## Record excerpts
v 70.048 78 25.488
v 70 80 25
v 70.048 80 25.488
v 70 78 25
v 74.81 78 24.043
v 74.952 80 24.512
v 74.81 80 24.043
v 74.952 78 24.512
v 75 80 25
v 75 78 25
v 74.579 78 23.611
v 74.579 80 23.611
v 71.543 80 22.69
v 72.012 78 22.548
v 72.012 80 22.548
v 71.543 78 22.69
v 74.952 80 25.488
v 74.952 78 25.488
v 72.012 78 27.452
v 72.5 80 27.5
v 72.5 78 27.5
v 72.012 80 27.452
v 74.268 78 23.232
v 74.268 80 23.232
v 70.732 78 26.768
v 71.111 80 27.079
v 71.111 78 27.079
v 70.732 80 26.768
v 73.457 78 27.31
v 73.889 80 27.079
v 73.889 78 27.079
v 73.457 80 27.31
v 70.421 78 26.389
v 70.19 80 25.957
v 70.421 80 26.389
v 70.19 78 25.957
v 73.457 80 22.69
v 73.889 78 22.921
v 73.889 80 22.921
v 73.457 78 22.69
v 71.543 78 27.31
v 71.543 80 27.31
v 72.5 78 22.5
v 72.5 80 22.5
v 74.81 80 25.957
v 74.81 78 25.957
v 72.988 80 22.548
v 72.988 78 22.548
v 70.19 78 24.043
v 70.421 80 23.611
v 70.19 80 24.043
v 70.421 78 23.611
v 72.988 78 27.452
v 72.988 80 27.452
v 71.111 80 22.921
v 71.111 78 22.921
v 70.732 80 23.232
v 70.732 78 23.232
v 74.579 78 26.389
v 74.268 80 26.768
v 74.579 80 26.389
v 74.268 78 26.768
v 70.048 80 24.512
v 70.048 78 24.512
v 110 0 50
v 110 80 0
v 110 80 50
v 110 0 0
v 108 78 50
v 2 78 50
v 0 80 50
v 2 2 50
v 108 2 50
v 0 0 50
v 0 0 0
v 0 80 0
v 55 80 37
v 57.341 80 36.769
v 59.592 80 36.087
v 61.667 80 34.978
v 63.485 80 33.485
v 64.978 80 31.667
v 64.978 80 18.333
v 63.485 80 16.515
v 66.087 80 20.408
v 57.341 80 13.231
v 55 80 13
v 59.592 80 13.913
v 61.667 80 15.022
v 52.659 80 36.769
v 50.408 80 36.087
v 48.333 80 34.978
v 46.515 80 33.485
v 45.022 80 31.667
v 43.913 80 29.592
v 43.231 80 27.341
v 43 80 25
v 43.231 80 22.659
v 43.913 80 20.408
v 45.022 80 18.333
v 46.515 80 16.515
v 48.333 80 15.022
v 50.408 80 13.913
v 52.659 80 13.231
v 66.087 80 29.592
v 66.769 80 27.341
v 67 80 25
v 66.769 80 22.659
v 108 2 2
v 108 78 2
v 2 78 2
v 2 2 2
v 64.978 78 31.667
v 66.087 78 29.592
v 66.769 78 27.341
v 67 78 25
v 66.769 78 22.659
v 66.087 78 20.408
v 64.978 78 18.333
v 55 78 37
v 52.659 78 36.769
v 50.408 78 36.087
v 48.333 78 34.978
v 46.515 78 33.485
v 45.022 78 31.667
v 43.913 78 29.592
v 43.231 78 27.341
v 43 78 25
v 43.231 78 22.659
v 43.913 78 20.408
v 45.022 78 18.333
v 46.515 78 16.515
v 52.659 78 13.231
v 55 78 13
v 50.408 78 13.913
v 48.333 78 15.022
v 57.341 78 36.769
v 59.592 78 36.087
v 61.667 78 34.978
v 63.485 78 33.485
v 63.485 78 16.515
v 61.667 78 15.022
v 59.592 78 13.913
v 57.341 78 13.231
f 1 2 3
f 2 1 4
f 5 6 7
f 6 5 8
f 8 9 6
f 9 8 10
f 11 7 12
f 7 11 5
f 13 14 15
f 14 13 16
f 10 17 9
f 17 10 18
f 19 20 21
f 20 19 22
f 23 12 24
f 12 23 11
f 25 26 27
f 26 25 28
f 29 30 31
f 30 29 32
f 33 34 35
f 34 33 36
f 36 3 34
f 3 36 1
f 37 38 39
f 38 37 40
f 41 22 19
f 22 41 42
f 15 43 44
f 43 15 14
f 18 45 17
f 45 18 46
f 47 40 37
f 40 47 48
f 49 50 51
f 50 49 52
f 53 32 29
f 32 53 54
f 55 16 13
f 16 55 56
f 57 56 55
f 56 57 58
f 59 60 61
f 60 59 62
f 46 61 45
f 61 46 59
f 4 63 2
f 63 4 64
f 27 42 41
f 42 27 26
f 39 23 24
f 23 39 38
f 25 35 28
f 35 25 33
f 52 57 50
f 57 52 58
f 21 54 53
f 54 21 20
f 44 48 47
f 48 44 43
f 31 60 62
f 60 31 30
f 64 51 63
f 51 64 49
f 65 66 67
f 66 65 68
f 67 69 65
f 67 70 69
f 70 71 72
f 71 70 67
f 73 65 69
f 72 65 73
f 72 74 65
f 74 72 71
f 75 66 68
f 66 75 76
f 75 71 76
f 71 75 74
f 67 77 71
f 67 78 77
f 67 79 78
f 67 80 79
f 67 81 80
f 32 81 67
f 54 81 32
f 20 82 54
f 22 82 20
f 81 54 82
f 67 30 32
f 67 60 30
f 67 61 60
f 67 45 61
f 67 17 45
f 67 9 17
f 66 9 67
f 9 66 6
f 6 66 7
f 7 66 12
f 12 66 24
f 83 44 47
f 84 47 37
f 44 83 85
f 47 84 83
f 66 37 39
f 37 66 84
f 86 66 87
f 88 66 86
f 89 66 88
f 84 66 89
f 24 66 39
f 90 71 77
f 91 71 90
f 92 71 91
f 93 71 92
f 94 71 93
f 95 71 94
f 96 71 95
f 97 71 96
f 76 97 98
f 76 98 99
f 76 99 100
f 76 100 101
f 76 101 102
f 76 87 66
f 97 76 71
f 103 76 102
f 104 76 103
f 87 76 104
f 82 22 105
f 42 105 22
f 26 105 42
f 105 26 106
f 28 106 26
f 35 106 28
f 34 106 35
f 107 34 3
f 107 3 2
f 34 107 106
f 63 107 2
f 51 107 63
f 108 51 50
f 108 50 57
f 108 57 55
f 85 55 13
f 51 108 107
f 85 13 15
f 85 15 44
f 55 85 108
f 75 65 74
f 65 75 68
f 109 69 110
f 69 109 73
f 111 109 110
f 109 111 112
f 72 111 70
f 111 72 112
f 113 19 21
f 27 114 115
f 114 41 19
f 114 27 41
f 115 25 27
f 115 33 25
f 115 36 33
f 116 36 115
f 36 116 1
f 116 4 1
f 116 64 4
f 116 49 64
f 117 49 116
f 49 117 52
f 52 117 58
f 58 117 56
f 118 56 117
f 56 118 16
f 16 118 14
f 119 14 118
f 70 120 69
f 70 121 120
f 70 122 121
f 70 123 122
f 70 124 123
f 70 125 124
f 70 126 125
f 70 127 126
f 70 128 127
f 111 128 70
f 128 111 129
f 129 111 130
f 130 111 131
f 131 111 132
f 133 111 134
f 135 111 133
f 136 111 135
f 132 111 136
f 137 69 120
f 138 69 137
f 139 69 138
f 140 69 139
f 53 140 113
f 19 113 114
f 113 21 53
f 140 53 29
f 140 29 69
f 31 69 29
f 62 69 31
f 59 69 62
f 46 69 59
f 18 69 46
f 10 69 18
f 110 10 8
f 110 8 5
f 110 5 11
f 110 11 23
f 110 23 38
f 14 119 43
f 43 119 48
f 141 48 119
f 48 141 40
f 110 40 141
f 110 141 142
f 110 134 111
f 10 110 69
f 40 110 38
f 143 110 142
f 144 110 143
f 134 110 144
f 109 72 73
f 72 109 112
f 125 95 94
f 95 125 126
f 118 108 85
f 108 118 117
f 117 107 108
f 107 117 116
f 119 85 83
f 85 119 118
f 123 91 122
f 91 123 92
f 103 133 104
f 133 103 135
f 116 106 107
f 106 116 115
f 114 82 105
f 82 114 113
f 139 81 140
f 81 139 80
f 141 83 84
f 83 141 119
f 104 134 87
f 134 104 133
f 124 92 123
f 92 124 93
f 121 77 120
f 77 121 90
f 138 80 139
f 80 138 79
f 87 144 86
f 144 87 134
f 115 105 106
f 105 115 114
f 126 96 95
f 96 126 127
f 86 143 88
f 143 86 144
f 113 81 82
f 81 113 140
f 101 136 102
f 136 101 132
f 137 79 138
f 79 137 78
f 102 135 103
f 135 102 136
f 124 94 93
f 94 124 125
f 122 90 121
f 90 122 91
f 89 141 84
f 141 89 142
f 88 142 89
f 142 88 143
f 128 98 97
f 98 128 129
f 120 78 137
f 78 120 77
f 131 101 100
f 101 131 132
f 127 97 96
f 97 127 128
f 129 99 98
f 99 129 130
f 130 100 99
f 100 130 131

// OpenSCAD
$fn = 32;

// ----------------------------------------------------------------------
// Vent box: roundvent enclosure
// ----------------------------------------------------------------------

// --- parameters (mm) ---
box_l = 110;              // box length, X
box_w = 80;               // box width, Y
box_h = 50;               // box height, Z
wall_t = 2;               // shell wall thickness
vent_d = 24;              // central vent diameter
ring_d = 5;               // ring hole diameter
n_ring = 8;               // holes in the ring
ring_r = 17.5;            // ring radius
fit_tol = 0.1;            // tolerance for press fits, mm
free_tol = 0.5;           // tolerance for clearance fits, mm

ring_step = 360 / n_ring;  // ring hole angular step

difference() {
  cube([box_l, box_w, box_h]);
  translate([wall_t, wall_t, wall_t])
    cube([box_l - 2 * wall_t, box_w - 2 * wall_t, box_h]);
  translate([box_l / 2, box_w - wall_t - 1, box_h / 2])
    rotate([-90, 0, 0]) cylinder(h = wall_t + 2, d = vent_d);
  for (i = [0 : n_ring - 1])
    translate([box_l / 2, box_w - wall_t - 1, box_h / 2])
      rotate([0, 0, i * ring_step])
        translate([ring_r, 0, 0]) rotate([-90, 0, 0])
          cylinder(h = wall_t + 2, d = ring_d);
}
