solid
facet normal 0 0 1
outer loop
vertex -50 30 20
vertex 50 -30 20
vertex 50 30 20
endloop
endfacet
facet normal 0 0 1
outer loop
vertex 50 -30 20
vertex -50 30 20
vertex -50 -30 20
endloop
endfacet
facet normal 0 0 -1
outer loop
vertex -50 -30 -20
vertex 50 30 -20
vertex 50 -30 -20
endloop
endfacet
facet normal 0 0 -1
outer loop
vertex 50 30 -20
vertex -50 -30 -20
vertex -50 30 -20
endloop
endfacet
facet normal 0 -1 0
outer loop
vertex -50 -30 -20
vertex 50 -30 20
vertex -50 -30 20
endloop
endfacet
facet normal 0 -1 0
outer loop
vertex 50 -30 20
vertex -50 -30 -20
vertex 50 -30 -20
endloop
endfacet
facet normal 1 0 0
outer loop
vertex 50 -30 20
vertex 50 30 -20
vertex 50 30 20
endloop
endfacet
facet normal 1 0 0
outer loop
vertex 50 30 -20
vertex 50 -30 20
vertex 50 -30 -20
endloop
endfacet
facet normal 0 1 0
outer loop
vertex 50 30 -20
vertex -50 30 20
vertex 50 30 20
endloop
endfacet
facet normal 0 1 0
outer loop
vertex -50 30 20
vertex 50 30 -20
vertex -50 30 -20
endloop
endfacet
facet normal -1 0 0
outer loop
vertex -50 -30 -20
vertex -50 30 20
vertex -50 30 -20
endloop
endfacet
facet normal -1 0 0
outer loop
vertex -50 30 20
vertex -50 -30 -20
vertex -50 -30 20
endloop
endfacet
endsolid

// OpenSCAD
shell_x=100;
shell_y=60;
shell_z=40;

// Box
shell();

module shell() {
	cube(size=[shell_x,shell_y,shell_z], center=true);
}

## What you have to do
In the listing above, find the line with "v 71.543 80 27.31" and the line with "v 64.978 80 18.333"; set down exactly those two lines and every line between them, nothing more.

## Solution below
v 71.543 80 27.31
v 72.5 78 22.5
v 72.5 80 22.5
v 74.81 80 25.957
v 74.81 78 25.957
v 72.988 80 22.548
v 72.988 78 22.548
v 70.19 78 24.043
v 70.421 80 23.611
v 70.19 80 24.043
v 70.421 78 23.611
v 72.988 78 27.452
v 72.988 80 27.452
v 71.111 80 22.921
v 71.111 78 22.921
v 70.732 80 23.232
v 70.732 78 23.232
v 74.579 78 26.389
v 74.268 80 26.768
v 74.579 80 26.389
v 74.268 78 26.768
v 70.048 80 24.512
v 70.048 78 24.512
v 110 0 50
v 110 80 0
v 110 80 50
v 110 0 0
v 108 78 50
v 2 78 50
v 0 80 50
v 2 2 50
v 108 2 50
v 0 0 50
v 0 0 0
v 0 80 0
v 55 80 37
v 57.341 80 36.769
v 59.592 80 36.087
v 61.667 80 34.978
v 63.485 80 33.485
v 64.978 80 31.667
v 64.978 80 18.333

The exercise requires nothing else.